Pleasure Beach Great Yarmouth
- Pleasure Beach logo
- Interactive map of Pleasure Beach Great Yarmouth
- Location: Great Yarmouth, Norfolk, England
- Coordinates: 52°35′37″N 1°44′10″E﻿ / ﻿52.593742°N 1.736076°E
- Opened: 24 July 1909
- Owner: Pleasure & Leisure Corporation Ltd
- Operating season: Sat 21st March – Sun 1st November 2026

Attractions
- Total: 26
- Roller coasters: 4
- Website: www.pleasure-beach.co.uk

= Great Yarmouth Pleasure Beach =

Historic amusement park in Norfolk, England

The Pleasure Beach Great Yarmouth is an amusement park in the seaside resort of Great Yarmouth, Norfolk, on England’s east coast. It opened in 1909. The largest and most popular ride at the park is the wooden Roller Coaster which opened in 1932. There are also 25 other large rides at the park, as well as children's entertainment, amusement arcades, catering facilities, a sweet shop and ice cream parlours.

==History==
In 1909 Charles B. Cochran applied to the local council to lease an area of sand dunes on the beach to develop an amusement park.

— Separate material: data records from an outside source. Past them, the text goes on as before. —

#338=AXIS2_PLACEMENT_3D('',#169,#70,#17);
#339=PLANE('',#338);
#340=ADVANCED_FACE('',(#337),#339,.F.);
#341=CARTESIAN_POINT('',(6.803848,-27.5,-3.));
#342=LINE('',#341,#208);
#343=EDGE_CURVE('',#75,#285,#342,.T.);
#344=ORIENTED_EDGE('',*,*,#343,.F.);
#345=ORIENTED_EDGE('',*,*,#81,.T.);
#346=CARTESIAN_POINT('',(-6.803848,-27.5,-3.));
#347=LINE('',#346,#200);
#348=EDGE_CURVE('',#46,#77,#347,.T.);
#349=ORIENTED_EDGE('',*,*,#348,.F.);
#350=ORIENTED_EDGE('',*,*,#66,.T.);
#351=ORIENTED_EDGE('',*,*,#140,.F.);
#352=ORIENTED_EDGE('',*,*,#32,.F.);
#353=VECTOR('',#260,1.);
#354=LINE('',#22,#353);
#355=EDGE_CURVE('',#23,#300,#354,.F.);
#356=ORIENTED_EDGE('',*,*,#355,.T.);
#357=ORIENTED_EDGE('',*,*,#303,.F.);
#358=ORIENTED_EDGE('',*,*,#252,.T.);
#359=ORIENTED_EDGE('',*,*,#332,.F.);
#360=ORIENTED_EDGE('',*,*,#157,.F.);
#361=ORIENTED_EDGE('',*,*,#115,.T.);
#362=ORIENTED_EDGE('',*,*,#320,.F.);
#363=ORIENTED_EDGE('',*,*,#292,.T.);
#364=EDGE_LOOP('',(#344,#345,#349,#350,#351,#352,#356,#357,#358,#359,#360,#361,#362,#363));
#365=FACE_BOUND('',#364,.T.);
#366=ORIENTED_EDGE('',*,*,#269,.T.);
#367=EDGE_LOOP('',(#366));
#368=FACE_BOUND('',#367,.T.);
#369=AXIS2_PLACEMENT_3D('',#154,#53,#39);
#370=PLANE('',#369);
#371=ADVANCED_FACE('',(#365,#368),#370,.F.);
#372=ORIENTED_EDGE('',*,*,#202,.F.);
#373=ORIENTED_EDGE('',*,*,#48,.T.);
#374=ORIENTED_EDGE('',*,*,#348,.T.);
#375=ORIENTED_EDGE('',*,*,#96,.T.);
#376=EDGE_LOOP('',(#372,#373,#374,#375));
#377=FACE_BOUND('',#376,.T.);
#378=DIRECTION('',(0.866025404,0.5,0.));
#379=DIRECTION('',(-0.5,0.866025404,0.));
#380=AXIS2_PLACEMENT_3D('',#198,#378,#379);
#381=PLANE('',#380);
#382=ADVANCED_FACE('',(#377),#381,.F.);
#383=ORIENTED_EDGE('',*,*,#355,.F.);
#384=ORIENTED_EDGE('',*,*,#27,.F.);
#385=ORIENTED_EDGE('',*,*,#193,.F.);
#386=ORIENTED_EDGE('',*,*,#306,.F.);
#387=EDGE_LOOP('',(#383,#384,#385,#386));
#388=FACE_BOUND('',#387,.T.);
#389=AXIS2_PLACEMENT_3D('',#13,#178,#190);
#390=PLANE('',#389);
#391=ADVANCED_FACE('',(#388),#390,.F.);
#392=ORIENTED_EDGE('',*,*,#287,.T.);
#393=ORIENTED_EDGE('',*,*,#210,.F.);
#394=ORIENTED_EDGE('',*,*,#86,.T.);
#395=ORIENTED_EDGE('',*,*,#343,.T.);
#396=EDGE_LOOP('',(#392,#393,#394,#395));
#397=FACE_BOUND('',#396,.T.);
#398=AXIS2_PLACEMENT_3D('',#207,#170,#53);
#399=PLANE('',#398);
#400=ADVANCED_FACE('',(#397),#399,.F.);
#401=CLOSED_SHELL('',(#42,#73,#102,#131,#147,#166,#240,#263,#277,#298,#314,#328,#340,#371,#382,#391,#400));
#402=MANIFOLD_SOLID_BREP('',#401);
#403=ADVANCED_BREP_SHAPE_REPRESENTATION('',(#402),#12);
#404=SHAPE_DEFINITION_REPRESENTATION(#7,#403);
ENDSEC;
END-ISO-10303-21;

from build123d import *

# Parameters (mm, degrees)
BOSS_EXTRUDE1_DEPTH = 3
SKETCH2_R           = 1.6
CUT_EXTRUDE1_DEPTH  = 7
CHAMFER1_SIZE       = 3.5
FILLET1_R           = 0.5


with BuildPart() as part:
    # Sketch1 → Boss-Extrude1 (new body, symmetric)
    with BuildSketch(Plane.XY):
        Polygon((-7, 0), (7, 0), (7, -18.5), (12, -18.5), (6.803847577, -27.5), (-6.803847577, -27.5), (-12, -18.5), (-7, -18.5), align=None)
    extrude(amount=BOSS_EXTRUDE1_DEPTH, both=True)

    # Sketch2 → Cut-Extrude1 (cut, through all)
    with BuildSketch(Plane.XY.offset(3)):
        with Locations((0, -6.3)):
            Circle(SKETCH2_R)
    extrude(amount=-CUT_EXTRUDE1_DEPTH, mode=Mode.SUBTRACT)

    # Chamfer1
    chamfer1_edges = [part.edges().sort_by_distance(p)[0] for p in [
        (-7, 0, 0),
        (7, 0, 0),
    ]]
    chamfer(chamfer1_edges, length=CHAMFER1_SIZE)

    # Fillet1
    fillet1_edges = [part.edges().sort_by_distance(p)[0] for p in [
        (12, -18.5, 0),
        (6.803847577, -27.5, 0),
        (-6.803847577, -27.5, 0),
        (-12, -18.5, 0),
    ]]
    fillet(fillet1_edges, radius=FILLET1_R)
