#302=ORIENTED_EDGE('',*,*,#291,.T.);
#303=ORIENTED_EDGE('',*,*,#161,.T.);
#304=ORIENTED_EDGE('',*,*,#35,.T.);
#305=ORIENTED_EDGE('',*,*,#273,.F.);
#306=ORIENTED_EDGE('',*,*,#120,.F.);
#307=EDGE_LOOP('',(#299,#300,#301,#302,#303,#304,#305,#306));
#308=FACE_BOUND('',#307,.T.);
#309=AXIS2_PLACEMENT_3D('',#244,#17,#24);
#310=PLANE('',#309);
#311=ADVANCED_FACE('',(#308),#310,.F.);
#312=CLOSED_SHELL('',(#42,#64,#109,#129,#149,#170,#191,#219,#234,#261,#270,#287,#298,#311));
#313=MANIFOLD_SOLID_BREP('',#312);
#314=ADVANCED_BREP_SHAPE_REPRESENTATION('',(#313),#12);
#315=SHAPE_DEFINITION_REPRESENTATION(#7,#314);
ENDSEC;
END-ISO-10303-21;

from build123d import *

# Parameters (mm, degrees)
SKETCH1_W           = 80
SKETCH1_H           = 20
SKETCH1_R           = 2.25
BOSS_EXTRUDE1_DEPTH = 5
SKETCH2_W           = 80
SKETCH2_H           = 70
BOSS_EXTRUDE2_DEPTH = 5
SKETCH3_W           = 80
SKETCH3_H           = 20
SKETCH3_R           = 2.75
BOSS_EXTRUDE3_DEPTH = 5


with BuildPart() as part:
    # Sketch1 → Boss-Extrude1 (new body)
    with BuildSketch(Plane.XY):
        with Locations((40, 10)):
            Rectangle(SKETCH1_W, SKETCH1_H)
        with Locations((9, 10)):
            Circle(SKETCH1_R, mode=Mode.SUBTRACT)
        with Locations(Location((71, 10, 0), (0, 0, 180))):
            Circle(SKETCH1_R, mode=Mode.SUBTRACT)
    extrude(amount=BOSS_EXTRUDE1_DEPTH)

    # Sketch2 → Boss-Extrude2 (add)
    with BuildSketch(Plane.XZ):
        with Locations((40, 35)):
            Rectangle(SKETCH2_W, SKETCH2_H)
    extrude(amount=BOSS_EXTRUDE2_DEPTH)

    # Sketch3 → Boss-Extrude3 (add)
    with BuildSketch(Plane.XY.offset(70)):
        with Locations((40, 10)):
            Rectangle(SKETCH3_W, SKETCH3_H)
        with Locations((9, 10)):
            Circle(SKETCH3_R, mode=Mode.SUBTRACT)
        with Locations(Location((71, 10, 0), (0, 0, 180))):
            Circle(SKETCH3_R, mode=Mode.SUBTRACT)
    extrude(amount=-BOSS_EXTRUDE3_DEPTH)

His application was successful and sand dunes south of Nelson's Gardens were let to Cochran on which he constructed an L. A. Thompson scenic railway to the designs of William Napier. The Scenic Railway opened on 24 July 1909 along with the Katzenjammer Castle, which was a funhouse-style attraction. The following year, the Scenic Railway was clad in plaster sculpted to resemble mountainous terrain and decorated with lights, as was common for such rides at the time. A new ride, The River Caves, also opened. The park operated at a modest level until the outbreak of World War I, after which lease of the site passed to John Henry Iles.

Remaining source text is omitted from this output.